• Required work
Given the records below, would you repeat exactly the lines that begin at the one containing "#55=ORIENTED_EDGE('',*,*,#54,.T.);" and end at the one containing "#105=ADVANCED_FACE('',(#102),#104,.F.);", inclusive?

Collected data

◇ ◇ ◇ ◇ ◇

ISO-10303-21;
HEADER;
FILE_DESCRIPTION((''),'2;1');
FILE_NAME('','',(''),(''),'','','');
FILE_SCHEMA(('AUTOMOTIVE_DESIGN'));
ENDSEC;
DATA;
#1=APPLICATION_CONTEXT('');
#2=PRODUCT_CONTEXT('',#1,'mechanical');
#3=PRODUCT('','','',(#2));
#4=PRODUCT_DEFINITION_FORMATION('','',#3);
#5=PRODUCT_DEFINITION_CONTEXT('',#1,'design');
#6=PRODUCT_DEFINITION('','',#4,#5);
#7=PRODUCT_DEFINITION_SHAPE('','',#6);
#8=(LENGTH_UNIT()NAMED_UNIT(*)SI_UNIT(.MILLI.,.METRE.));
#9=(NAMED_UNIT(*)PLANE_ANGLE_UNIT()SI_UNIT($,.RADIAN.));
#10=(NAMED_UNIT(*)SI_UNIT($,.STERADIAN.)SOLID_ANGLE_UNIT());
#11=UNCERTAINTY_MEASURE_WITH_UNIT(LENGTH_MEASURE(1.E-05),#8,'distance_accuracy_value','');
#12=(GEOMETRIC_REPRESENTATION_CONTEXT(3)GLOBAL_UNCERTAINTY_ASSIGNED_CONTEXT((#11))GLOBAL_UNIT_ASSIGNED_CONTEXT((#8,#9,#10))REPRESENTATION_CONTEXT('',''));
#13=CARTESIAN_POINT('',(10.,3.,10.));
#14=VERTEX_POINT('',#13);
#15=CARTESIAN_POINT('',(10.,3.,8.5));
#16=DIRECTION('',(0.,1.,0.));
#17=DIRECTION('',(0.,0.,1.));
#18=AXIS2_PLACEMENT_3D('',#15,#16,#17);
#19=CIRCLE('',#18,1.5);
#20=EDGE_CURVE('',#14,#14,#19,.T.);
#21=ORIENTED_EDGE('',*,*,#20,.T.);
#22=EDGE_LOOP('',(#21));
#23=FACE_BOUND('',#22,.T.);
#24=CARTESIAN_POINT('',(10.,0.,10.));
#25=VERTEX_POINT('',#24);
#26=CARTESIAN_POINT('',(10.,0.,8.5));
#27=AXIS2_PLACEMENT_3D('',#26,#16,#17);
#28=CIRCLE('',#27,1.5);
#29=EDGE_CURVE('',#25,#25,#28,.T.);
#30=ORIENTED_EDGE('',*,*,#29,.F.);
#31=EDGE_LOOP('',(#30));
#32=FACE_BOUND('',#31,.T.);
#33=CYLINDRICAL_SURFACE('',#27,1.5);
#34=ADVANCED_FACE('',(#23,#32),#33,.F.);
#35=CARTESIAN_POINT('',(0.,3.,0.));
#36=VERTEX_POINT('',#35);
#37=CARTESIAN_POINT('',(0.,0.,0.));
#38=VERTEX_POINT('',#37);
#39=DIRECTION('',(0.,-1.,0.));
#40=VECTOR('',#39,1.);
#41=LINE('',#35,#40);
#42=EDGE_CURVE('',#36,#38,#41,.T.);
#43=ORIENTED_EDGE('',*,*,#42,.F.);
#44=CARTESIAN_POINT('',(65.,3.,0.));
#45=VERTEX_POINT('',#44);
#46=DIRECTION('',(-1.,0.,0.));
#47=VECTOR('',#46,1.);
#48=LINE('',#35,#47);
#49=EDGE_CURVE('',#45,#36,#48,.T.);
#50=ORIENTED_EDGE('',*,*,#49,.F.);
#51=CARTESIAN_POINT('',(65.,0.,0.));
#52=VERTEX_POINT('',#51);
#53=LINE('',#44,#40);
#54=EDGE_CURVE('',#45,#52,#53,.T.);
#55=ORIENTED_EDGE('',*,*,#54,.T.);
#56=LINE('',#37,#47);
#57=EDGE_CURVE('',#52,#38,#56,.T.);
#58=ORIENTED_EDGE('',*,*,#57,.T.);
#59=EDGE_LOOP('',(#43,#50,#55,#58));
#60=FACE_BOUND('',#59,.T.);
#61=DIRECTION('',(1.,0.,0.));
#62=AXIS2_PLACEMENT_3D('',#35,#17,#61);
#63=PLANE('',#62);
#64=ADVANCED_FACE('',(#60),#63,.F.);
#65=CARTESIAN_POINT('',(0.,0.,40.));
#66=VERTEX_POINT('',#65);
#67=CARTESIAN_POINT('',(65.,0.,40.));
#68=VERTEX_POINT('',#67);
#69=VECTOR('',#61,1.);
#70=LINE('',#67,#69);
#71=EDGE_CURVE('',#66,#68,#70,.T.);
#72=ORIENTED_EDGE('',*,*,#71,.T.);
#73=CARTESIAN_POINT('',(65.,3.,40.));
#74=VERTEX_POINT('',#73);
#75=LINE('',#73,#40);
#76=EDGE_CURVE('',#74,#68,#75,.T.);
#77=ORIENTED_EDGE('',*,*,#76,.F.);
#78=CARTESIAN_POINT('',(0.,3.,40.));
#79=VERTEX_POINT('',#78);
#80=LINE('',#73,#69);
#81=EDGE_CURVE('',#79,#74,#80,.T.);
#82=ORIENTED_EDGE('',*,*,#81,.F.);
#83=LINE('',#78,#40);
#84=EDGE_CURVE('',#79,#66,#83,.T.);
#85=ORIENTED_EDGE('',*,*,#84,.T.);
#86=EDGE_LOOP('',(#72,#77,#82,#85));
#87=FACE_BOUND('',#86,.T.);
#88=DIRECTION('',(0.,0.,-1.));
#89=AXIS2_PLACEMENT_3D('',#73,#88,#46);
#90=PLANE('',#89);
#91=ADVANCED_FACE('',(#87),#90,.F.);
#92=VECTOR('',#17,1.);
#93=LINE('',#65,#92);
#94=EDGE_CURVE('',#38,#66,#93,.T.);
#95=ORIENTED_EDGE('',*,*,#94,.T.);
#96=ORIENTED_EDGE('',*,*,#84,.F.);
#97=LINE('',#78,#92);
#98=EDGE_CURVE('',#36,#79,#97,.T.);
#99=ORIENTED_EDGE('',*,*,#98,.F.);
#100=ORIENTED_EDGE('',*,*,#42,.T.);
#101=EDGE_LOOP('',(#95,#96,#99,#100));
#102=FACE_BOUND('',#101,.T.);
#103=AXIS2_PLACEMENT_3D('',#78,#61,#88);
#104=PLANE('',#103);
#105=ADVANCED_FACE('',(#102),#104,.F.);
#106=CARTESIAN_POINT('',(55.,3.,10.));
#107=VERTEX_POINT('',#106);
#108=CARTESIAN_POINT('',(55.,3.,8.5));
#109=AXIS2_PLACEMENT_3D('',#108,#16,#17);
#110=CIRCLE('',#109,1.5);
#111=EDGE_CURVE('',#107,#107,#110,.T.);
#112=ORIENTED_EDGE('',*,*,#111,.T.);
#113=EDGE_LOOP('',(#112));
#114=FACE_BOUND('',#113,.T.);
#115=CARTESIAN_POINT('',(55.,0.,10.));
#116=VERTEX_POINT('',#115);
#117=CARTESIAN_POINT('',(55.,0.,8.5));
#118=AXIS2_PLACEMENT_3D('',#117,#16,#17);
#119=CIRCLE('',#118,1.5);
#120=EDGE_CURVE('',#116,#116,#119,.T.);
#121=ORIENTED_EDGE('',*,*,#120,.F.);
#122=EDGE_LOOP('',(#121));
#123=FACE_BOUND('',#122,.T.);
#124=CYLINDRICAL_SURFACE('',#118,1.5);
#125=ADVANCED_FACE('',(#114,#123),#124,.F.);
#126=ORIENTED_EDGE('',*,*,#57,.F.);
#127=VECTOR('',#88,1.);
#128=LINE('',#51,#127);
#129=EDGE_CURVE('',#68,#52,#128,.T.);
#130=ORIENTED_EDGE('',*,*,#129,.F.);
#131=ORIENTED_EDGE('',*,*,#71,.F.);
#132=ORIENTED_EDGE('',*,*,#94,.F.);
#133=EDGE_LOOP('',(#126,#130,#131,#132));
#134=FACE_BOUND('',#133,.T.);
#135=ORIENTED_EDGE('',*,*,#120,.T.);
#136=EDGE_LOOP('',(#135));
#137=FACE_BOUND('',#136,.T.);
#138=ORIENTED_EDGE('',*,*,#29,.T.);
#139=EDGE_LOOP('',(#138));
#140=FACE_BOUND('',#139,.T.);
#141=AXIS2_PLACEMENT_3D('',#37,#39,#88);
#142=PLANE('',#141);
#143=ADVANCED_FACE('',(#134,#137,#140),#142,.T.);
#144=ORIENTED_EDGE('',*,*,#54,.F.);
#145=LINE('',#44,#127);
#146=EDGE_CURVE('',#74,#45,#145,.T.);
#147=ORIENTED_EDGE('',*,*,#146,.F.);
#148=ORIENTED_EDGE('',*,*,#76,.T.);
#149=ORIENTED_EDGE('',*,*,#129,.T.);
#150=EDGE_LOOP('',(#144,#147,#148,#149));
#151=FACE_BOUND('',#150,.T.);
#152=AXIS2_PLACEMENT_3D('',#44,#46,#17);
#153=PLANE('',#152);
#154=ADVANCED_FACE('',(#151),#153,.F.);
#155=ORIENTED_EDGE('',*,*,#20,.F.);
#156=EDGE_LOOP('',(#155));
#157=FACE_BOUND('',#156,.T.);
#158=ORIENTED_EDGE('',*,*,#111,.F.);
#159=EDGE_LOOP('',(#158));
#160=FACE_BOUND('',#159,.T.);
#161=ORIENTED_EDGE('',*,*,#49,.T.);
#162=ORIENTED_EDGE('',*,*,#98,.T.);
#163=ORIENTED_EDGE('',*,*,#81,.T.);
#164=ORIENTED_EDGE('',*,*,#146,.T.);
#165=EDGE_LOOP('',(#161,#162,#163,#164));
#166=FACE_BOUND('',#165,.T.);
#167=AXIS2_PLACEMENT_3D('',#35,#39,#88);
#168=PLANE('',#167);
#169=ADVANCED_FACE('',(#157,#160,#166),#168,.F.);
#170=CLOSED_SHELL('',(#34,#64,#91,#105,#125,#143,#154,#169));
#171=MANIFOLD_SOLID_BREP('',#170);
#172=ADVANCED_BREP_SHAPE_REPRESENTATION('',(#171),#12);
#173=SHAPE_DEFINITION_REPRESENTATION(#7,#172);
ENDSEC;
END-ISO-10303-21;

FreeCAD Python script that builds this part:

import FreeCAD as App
import Part
import Sketcher

V = App.Vector
Q = App.Units.Quantity

doc = App.newDocument("Part")
body = doc.addObject("PartDesign::Body", "Body")

# Sketch on XZ plane
sketch1 = body.newObject("Sketcher::SketchObject", "Sketch")
sketch1.AttachmentSupport = (doc.getObject("XZ_Plane"), [""])
sketch1.MapMode = "FlatFace"
sketch1.addGeometry([
    Part.LineSegment(V(0, 0, 0), V(0, 40, 0)),
    Part.LineSegment(V(0, 40, 0), V(65, 40, 0)),
    Part.LineSegment(V(65, 40, 0), V(65, 0, 0)),
    Part.LineSegment(V(65, 0, 0), V(0, 0, 0)),
], False)
sketch1.addConstraint([
    Sketcher.Constraint("Coincident", 0, 2, 1, 1),
    Sketcher.Constraint("Coincident", 1, 2, 2, 1),
    Sketcher.Constraint("Coincident", 2, 2, 3, 1),
    Sketcher.Constraint("Coincident", 3, 2, 0, 1),
    Sketcher.Constraint("Vertical", 0),
    Sketcher.Constraint("Horizontal", 1),
    Sketcher.Constraint("Vertical", 2),
    Sketcher.Constraint("Horizontal", 3),
    Sketcher.Constraint("Coincident", 3, 2, -1, 1),
    Sketcher.Constraint("DistanceX", 1, 1, 1, 2, Q("65 mm")),
    Sketcher.Constraint("DistanceY", 0, 1, 0, 2, Q("40 mm")),
])
pad1 = body.newObject("PartDesign::Pad", "Pad")
pad1.Profile = sketch1
pad1.Length = 3
pad1.Reversed = True

# Sketch on XZ plane
sketch2 = body.newObject("Sketcher::SketchObject", "Sketch001")
sketch2.AttachmentSupport = (doc.getObject("XZ_Plane"), [""])
sketch2.MapMode = "FlatFace"
sketch2.AttachmentOffset = App.Placement(V(0, 0, -3), App.Rotation())
sketch2.addGeometry([
    Part.Circle(V(10, 8.5, 0), V(0, 0, 1), 1.5),
    Part.Circle(V(55, 8.5, 0), V(0, 0, 1), 1.5),
], False)
sketch2.addConstraint([
    Sketcher.Constraint("Equal", 0, 1),
    Sketcher.Constraint("Horizontal", 0, 3, 1, 3),
    Sketcher.Constraint("Diameter", 0, Q("3 mm")),
    Sketcher.Constraint("DistanceX", -1, 1, 0, 3, Q("10 mm")),
    Sketcher.Constraint("DistanceX", -1, 1, 1, 3, Q("55 mm")),
    Sketcher.Constraint("DistanceY", -1, 1, 0, 3, Q("8.5 mm")),
])
pocket1 = body.newObject("PartDesign::Pocket", "Pocket")
pocket1.Profile = sketch2
pocket1.Length = 3
pocket1.Reversed = True

doc.recompute()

◇ ◇ ◇ ◇ ◇

• Answer area
#55=ORIENTED_EDGE('',*,*,#54,.T.);
#56=LINE('',#37,#47);
#57=EDGE_CURVE('',#52,#38,#56,.T.);
#58=ORIENTED_EDGE('',*,*,#57,.T.);
#59=EDGE_LOOP('',(#43,#50,#55,#58));
#60=FACE_BOUND('',#59,.T.);
#61=DIRECTION('',(1.,0.,0.));
#62=AXIS2_PLACEMENT_3D('',#35,#17,#61);
#63=PLANE('',#62);
#64=ADVANCED_FACE('',(#60),#63,.F.);
#65=CARTESIAN_POINT('',(0.,0.,40.));
#66=VERTEX_POINT('',#65);
#67=CARTESIAN_POINT('',(65.,0.,40.));
#68=VERTEX_POINT('',#67);
#69=VECTOR('',#61,1.);
#70=LINE('',#67,#69);
#71=EDGE_CURVE('',#66,#68,#70,.T.);
#72=ORIENTED_EDGE('',*,*,#71,.T.);
#73=CARTESIAN_POINT('',(65.,3.,40.));
#74=VERTEX_POINT('',#73);
#75=LINE('',#73,#40);
#76=EDGE_CURVE('',#74,#68,#75,.T.);
#77=ORIENTED_EDGE('',*,*,#76,.F.);
#78=CARTESIAN_POINT('',(0.,3.,40.));
#79=VERTEX_POINT('',#78);
#80=LINE('',#73,#69);
#81=EDGE_CURVE('',#79,#74,#80,.T.);
#82=ORIENTED_EDGE('',*,*,#81,.F.);
#83=LINE('',#78,#40);
#84=EDGE_CURVE('',#79,#66,#83,.T.);
#85=ORIENTED_EDGE('',*,*,#84,.T.);
#86=EDGE_LOOP('',(#72,#77,#82,#85));
#87=FACE_BOUND('',#86,.T.);
#88=DIRECTION('',(0.,0.,-1.));
#89=AXIS2_PLACEMENT_3D('',#73,#88,#46);
#90=PLANE('',#89);
#91=ADVANCED_FACE('',(#87),#90,.F.);
#92=VECTOR('',#17,1.);
#93=LINE('',#65,#92);
#94=EDGE_CURVE('',#38,#66,#93,.T.);
#95=ORIENTED_EDGE('',*,*,#94,.T.);
#96=ORIENTED_EDGE('',*,*,#84,.F.);
#97=LINE('',#78,#92);
#98=EDGE_CURVE('',#36,#79,#97,.T.);
#99=ORIENTED_EDGE('',*,*,#98,.F.);
#100=ORIENTED_EDGE('',*,*,#42,.T.);
#101=EDGE_LOOP('',(#95,#96,#99,#100));
#102=FACE_BOUND('',#101,.T.);
#103=AXIS2_PLACEMENT_3D('',#78,#61,#88);
#104=PLANE('',#103);
#105=ADVANCED_FACE('',(#102),#104,.F.);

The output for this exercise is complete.